Prompt.
Copy out each line of the entries below in which the string "Circle" appears.

____

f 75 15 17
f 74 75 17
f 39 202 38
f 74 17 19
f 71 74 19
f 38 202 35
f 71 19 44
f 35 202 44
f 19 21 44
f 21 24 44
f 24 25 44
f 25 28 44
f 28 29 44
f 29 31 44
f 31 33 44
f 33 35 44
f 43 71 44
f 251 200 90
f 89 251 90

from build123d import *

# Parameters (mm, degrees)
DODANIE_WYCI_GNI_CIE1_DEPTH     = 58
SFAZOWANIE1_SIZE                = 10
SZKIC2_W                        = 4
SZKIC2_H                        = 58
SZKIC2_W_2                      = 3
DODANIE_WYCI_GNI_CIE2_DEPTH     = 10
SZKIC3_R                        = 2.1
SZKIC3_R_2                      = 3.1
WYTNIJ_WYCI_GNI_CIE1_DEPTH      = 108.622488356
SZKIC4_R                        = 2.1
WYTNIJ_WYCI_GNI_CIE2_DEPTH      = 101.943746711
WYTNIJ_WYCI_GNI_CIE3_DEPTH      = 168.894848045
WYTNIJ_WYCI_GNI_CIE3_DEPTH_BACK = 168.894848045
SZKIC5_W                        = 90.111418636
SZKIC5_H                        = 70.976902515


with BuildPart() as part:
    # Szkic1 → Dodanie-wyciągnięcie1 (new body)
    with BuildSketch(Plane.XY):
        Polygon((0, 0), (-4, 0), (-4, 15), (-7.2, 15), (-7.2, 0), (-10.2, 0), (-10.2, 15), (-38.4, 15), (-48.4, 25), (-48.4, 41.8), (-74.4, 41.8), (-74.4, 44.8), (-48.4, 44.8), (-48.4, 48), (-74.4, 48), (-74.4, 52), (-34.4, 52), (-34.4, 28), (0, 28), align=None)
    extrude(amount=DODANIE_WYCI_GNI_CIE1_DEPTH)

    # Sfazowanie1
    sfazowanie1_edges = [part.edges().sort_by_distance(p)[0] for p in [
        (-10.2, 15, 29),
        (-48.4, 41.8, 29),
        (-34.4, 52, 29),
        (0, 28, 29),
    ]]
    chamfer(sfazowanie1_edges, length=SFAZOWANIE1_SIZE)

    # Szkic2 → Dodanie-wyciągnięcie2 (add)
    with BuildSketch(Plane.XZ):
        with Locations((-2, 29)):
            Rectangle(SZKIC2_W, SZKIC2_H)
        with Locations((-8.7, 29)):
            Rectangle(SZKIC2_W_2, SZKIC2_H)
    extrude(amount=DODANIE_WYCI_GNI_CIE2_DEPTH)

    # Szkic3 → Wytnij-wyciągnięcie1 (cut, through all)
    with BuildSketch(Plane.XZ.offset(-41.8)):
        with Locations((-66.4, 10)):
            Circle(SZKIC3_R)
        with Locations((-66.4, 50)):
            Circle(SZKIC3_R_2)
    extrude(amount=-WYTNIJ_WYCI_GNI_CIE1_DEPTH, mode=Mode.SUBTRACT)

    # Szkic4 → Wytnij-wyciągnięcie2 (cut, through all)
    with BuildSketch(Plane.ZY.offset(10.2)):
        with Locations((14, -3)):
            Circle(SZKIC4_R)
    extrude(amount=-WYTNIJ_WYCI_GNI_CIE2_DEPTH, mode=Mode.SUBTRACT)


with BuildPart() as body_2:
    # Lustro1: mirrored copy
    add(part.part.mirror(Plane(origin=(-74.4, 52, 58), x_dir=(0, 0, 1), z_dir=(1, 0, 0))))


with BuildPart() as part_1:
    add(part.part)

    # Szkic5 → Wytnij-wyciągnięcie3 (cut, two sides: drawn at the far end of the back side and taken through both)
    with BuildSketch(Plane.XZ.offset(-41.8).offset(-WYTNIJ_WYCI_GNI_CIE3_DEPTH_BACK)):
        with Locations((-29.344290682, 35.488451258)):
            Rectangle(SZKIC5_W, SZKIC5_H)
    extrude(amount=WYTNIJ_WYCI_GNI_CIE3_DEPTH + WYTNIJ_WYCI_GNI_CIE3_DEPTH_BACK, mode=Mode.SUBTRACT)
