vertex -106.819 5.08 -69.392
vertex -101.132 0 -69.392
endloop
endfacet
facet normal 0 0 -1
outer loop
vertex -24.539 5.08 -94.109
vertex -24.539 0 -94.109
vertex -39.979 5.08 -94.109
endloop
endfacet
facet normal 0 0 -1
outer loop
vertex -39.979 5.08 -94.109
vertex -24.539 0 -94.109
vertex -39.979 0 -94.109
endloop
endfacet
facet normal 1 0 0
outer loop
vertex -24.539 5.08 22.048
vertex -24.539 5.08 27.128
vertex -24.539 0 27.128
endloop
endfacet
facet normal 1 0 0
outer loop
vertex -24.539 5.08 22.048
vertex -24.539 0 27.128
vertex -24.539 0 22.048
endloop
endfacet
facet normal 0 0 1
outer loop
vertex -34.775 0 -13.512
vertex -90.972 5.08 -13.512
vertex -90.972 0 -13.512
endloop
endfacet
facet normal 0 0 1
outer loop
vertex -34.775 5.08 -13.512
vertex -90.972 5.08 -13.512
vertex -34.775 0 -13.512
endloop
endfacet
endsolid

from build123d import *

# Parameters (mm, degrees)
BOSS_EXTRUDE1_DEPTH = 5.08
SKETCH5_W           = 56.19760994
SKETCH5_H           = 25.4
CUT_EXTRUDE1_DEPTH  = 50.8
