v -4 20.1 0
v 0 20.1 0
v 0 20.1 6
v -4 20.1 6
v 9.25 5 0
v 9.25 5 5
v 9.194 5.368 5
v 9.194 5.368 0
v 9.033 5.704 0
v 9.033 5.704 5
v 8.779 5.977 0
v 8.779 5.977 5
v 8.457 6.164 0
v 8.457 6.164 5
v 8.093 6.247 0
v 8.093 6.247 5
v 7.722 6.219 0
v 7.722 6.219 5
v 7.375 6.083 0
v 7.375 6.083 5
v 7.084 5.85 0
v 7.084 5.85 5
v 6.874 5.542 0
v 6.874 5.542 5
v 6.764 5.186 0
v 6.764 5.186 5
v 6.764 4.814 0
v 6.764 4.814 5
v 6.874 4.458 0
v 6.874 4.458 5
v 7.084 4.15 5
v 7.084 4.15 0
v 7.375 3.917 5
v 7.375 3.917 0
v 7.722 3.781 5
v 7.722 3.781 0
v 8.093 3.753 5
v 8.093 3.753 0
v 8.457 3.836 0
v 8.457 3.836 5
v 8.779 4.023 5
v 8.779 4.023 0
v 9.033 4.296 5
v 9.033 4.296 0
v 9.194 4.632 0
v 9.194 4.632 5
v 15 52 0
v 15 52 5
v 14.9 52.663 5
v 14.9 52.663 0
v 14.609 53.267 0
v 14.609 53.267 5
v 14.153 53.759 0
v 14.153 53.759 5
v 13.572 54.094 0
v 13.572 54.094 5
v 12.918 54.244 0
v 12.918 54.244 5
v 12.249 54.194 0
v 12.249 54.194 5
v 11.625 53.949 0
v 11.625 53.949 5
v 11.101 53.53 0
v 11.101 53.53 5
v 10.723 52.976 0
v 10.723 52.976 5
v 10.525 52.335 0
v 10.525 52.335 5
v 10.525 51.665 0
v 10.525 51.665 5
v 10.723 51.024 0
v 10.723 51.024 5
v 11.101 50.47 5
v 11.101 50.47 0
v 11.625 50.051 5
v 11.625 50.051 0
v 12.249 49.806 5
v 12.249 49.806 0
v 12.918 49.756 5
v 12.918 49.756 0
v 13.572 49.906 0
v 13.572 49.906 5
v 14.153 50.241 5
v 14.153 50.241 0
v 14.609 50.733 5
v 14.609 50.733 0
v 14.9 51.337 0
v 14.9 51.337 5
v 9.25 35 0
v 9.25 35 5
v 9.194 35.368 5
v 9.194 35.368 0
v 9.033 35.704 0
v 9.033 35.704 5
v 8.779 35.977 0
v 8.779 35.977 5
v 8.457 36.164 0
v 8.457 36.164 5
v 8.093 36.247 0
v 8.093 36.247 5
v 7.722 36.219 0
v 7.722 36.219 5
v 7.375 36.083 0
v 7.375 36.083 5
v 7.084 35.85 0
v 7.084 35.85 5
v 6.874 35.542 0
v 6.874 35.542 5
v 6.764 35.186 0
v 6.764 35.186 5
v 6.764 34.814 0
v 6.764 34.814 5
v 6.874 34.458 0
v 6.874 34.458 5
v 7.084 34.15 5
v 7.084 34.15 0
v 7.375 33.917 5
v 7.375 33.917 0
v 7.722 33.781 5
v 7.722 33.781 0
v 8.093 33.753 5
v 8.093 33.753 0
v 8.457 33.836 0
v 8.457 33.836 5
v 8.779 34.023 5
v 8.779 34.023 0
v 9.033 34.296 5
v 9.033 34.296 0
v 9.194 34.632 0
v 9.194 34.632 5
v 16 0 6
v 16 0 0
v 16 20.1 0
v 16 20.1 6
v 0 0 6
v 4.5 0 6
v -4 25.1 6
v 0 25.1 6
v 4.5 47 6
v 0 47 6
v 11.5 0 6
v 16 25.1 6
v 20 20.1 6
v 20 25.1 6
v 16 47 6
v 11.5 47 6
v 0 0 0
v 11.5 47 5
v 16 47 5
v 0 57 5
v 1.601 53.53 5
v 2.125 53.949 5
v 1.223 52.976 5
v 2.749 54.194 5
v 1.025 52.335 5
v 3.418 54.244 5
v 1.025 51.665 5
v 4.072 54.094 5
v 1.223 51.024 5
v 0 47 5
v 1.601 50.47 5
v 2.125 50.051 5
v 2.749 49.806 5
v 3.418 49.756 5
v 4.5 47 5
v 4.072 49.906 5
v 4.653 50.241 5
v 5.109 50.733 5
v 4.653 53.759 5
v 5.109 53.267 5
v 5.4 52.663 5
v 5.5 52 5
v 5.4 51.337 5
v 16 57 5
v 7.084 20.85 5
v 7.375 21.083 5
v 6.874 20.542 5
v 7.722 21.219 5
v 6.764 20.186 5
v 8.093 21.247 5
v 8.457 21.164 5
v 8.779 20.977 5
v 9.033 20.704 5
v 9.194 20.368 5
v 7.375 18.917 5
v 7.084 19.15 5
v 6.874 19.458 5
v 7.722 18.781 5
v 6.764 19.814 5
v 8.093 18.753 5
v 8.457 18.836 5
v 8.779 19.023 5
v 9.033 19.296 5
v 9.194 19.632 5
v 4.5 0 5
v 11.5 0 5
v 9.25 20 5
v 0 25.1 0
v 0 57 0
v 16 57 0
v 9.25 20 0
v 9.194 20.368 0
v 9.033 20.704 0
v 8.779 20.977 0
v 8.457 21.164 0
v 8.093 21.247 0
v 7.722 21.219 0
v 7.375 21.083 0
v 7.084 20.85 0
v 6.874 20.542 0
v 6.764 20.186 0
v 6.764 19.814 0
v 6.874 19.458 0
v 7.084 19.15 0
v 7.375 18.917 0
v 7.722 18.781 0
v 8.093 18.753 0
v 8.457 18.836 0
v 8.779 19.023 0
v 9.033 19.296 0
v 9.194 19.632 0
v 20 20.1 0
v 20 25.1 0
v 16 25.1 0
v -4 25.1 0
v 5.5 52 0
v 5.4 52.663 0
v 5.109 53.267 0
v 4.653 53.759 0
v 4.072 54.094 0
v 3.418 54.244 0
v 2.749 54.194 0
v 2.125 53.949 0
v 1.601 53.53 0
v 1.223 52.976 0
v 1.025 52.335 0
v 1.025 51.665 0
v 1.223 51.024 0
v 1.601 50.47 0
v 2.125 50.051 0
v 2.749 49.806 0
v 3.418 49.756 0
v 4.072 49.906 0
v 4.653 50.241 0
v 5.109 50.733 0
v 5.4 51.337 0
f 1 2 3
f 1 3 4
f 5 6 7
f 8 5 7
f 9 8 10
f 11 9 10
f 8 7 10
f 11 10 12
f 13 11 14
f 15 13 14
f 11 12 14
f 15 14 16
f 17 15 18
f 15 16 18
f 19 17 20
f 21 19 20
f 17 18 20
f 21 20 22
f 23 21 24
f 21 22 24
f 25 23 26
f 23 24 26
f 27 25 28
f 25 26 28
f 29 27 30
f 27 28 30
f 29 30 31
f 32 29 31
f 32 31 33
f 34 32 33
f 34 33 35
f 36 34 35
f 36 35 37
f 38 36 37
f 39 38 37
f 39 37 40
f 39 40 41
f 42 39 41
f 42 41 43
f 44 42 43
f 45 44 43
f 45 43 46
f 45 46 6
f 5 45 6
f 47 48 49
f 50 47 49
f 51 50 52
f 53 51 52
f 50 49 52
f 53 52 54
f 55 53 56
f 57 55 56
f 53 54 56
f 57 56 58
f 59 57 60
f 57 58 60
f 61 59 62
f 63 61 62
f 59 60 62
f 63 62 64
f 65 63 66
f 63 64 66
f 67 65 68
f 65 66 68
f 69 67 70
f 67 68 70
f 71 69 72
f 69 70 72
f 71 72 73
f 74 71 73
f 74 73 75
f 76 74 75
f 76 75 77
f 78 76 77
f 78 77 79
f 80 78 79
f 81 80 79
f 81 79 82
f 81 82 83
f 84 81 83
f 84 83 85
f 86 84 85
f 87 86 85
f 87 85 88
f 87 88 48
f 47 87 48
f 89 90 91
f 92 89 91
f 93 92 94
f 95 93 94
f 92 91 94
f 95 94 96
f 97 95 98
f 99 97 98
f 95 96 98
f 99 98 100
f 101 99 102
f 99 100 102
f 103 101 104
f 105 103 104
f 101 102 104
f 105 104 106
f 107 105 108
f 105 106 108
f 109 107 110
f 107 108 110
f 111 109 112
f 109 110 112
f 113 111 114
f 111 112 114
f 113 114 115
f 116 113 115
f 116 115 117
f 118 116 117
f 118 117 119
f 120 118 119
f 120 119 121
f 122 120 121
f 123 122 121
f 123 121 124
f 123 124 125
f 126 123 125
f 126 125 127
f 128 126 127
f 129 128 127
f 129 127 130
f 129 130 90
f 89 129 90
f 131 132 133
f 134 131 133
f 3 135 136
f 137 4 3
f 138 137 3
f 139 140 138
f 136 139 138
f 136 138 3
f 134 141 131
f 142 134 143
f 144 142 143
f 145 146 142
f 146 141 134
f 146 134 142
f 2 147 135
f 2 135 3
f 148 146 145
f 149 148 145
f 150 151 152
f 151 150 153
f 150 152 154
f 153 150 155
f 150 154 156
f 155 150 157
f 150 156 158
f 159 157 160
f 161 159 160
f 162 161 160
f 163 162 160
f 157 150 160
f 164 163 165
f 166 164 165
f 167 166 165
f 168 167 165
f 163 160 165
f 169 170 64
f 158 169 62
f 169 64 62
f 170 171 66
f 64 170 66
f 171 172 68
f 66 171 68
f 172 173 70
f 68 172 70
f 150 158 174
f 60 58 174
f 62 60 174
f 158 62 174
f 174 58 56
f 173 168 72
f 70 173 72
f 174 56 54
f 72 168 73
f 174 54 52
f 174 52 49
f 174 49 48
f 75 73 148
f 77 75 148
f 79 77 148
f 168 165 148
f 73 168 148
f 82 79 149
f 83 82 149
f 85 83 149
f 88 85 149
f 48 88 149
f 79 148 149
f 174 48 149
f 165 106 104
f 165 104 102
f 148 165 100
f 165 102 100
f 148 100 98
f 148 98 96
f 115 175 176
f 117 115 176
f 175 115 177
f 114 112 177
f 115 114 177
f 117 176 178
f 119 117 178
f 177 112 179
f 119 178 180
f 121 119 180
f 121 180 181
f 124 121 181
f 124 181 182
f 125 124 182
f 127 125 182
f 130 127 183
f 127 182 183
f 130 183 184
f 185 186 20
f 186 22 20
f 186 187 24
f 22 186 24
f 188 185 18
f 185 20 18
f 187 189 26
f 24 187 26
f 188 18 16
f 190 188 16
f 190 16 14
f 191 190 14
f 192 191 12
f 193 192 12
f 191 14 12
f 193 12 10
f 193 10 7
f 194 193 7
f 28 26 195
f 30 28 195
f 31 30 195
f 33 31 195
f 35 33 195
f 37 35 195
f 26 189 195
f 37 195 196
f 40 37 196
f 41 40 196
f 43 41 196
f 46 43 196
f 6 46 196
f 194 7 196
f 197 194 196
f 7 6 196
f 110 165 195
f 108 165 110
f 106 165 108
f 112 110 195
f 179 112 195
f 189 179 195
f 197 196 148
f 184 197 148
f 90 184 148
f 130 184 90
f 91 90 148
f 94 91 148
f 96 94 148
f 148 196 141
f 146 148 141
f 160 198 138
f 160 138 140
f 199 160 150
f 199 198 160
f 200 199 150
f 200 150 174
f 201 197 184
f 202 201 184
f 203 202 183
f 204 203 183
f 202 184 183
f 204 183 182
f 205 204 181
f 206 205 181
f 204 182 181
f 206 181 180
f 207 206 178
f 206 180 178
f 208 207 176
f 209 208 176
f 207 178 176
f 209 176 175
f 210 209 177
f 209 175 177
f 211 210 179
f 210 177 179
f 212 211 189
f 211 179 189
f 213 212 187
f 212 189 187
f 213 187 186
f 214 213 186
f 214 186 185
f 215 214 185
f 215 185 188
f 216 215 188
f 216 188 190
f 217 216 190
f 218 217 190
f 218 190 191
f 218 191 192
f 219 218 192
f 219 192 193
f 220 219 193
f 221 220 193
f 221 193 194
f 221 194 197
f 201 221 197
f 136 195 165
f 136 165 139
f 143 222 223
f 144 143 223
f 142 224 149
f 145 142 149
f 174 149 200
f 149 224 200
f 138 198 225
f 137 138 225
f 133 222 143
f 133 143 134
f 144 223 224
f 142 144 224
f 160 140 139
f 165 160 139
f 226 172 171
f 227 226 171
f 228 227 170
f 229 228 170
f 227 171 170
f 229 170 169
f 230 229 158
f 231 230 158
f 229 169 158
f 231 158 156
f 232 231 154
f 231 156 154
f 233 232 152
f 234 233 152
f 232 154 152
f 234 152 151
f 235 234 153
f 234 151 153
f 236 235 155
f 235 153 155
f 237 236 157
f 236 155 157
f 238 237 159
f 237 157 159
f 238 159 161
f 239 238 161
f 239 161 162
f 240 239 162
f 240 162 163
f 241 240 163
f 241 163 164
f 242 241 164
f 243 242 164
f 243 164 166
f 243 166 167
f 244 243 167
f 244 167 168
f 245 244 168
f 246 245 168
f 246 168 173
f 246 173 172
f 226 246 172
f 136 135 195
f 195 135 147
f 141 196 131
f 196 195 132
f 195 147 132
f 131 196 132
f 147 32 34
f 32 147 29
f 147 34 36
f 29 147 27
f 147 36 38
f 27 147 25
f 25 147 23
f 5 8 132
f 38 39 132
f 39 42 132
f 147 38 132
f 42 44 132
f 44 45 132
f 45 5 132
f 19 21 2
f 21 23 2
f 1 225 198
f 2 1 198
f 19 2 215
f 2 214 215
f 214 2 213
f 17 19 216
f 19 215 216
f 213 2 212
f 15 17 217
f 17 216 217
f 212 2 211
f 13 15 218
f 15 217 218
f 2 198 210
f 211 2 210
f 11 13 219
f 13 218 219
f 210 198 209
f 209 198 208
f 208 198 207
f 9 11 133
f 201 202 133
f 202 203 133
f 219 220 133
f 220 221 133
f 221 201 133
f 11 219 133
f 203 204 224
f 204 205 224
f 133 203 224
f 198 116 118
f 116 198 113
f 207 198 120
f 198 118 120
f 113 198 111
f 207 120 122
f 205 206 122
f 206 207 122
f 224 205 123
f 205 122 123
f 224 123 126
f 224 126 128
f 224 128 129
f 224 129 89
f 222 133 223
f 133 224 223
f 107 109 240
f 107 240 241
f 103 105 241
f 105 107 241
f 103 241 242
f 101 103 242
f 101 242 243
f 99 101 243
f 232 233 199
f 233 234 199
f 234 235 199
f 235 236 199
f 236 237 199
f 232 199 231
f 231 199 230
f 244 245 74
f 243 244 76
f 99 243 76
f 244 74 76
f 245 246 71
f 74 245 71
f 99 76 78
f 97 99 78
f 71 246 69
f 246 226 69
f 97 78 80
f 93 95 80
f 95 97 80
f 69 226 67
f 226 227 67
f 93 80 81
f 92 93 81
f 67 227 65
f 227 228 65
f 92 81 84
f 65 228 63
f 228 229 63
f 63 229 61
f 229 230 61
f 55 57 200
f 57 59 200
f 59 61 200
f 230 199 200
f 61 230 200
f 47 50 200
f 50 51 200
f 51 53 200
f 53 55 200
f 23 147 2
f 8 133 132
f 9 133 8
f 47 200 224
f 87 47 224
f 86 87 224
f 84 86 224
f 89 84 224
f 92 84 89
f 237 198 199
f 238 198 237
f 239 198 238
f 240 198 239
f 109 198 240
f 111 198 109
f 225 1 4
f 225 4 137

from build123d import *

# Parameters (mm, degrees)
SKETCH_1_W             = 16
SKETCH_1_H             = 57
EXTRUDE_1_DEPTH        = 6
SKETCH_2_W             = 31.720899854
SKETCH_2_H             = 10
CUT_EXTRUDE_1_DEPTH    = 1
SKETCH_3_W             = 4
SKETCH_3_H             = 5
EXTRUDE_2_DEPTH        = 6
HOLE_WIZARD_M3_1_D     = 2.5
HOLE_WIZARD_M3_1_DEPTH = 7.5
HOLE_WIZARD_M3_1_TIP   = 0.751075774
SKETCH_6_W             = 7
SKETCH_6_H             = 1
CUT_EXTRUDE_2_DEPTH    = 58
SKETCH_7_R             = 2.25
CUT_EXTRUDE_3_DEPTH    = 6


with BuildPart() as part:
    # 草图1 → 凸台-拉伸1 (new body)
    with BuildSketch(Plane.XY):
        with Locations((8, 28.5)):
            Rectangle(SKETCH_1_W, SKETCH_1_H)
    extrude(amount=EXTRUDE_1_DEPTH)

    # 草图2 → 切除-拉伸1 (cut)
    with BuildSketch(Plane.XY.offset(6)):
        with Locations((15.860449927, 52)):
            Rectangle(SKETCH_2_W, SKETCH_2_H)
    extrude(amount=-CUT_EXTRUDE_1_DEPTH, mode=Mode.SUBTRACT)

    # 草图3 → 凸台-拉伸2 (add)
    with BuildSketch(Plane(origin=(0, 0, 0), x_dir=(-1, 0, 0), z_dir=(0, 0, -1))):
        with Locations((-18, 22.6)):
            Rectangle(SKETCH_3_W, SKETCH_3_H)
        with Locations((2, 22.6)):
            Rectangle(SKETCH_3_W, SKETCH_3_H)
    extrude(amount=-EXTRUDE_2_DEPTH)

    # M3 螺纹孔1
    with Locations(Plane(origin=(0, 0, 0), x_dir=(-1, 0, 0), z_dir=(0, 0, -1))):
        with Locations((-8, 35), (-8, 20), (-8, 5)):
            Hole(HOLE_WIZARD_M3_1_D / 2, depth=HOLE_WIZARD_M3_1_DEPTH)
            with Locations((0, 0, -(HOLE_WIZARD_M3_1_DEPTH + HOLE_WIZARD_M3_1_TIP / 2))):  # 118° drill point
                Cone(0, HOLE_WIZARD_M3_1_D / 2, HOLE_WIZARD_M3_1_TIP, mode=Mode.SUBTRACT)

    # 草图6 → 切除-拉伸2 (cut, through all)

____

Output for this exercise.
            Circle(SZKIC3_R)
            Circle(SZKIC3_R_2)
            Circle(SZKIC4_R)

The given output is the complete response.